## Dataset records
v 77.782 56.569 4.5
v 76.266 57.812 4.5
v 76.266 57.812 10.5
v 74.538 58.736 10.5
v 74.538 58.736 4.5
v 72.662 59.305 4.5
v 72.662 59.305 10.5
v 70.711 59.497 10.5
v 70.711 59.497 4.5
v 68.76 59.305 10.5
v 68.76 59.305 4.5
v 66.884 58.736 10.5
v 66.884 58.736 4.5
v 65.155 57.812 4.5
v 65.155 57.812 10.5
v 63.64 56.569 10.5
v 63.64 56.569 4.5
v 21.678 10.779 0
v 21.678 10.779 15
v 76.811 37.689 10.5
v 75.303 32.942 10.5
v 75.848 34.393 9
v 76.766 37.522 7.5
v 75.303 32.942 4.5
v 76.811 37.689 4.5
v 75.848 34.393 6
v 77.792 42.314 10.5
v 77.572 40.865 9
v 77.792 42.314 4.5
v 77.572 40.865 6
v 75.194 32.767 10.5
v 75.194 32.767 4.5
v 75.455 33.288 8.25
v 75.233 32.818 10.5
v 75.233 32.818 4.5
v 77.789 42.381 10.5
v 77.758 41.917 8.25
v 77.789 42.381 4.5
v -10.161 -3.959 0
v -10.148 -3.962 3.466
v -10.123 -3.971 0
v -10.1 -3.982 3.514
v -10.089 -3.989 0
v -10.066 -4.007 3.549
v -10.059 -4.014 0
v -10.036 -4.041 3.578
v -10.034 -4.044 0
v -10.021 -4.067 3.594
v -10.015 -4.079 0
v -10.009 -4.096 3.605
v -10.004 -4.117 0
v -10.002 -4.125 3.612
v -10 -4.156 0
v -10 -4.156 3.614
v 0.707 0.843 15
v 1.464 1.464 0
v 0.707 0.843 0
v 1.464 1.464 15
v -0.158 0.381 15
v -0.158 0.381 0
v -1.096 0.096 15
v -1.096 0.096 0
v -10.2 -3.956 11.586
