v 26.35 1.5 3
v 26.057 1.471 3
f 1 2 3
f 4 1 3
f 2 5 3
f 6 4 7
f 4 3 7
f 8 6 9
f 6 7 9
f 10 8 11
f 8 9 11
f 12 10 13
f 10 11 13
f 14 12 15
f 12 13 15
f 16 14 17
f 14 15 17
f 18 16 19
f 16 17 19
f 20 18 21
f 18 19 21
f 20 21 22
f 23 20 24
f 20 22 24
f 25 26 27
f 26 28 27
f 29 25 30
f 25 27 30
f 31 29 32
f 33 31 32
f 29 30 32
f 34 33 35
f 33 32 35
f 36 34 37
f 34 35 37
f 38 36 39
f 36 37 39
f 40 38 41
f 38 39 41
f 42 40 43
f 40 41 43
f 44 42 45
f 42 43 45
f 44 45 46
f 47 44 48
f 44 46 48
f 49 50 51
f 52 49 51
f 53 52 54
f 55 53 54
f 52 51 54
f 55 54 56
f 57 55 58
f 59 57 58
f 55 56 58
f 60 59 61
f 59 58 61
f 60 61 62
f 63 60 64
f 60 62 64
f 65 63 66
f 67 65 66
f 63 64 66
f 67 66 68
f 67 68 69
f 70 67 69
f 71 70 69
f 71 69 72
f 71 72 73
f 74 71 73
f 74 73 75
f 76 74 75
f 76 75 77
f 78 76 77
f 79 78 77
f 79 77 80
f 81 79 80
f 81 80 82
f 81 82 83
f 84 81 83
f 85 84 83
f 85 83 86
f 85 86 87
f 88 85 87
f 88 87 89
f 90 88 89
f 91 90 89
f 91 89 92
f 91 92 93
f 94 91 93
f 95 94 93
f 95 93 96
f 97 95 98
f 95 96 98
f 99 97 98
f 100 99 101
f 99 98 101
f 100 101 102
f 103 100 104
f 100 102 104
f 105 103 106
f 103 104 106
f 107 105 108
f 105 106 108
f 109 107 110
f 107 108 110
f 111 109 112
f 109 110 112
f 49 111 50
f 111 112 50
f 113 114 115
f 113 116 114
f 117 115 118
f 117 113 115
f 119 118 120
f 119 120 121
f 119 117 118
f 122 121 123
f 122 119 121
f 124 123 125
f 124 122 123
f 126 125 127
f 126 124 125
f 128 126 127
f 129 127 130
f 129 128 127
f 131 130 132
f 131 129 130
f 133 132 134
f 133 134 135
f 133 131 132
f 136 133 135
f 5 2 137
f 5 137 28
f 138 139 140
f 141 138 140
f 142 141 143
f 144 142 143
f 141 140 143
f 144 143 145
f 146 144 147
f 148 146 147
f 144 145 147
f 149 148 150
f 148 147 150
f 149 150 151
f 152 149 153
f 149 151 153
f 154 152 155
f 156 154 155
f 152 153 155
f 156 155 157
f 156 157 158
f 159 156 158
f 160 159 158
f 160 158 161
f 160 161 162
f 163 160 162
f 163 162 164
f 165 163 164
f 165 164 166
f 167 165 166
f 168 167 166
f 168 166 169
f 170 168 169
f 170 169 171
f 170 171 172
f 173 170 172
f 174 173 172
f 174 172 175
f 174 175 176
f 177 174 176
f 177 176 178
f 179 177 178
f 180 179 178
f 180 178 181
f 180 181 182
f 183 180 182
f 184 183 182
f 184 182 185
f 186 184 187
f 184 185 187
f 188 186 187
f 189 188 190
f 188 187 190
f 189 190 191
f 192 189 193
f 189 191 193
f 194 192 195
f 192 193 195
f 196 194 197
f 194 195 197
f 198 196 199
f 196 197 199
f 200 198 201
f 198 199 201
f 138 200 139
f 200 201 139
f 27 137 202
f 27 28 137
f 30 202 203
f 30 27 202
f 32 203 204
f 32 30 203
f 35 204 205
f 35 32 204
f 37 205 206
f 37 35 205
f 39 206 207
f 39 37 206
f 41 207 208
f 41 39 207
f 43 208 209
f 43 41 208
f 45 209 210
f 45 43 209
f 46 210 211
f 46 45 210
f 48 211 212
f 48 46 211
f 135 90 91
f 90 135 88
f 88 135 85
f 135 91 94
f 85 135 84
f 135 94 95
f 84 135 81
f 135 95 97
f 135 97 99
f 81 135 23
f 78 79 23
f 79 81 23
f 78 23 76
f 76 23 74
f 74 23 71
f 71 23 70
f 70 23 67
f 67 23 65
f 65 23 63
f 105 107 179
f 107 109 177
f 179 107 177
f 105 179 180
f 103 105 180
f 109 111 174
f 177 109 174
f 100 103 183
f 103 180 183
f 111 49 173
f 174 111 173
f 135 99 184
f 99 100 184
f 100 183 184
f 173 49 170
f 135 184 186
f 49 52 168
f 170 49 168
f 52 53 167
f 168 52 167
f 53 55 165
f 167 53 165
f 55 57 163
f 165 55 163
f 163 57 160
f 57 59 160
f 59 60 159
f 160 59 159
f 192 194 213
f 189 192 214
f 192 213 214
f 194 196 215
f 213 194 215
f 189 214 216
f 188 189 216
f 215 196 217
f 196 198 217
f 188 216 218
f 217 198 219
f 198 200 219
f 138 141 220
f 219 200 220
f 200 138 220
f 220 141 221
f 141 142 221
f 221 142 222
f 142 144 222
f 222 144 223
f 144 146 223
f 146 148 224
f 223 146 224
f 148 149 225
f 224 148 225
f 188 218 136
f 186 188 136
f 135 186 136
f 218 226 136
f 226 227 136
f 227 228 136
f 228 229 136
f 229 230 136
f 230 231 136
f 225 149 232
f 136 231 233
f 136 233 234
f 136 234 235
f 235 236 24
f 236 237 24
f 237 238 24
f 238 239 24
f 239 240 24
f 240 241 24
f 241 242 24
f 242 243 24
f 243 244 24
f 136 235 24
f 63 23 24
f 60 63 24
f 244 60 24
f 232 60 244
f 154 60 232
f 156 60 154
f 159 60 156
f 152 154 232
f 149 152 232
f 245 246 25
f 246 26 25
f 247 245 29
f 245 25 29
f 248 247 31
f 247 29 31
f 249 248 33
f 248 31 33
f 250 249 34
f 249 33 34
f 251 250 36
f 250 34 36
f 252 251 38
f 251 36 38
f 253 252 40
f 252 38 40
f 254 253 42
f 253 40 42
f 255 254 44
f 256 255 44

## Prompt
Above are the records. Copy the lines beginning at the one that has "f 135 94 95" and ending with the one that has "f 159 60 156", unchanged.

## Solved exercise
f 135 94 95
f 84 135 81
f 135 95 97
f 135 97 99
f 81 135 23
f 78 79 23
f 79 81 23
f 78 23 76
f 76 23 74
f 74 23 71
f 71 23 70
f 70 23 67
f 67 23 65
f 65 23 63
f 105 107 179
f 107 109 177
f 179 107 177
f 105 179 180
f 103 105 180
f 109 111 174
f 177 109 174
f 100 103 183
f 103 180 183
f 111 49 173
f 174 111 173
f 135 99 184
f 99 100 184
f 100 183 184
f 173 49 170
f 135 184 186
f 49 52 168
f 170 49 168
f 52 53 167
f 168 52 167
f 53 55 165
f 167 53 165
f 55 57 163
f 165 55 163
f 163 57 160
f 57 59 160
f 59 60 159
f 160 59 159
f 192 194 213
f 189 192 214
f 192 213 214
f 194 196 215
f 213 194 215
f 189 214 216
f 188 189 216
f 215 196 217
f 196 198 217
f 188 216 218
f 217 198 219
f 198 200 219
f 138 141 220
f 219 200 220
f 200 138 220
f 220 141 221
f 141 142 221
f 221 142 222
f 142 144 222
f 222 144 223
f 144 146 223
f 146 148 224
f 223 146 224
f 148 149 225
f 224 148 225
f 188 218 136
f 186 188 136
f 135 186 136
f 218 226 136
f 226 227 136
f 227 228 136
f 228 229 136
f 229 230 136
f 230 231 136
f 225 149 232
f 136 231 233
f 136 233 234
f 136 234 235
f 235 236 24
f 236 237 24
f 237 238 24
f 238 239 24
f 239 240 24
f 240 241 24
f 241 242 24
f 242 243 24
f 243 244 24
f 136 235 24
f 63 23 24
f 60 63 24
f 244 60 24
f 232 60 244
f 154 60 232
f 156 60 154
f 159 60 156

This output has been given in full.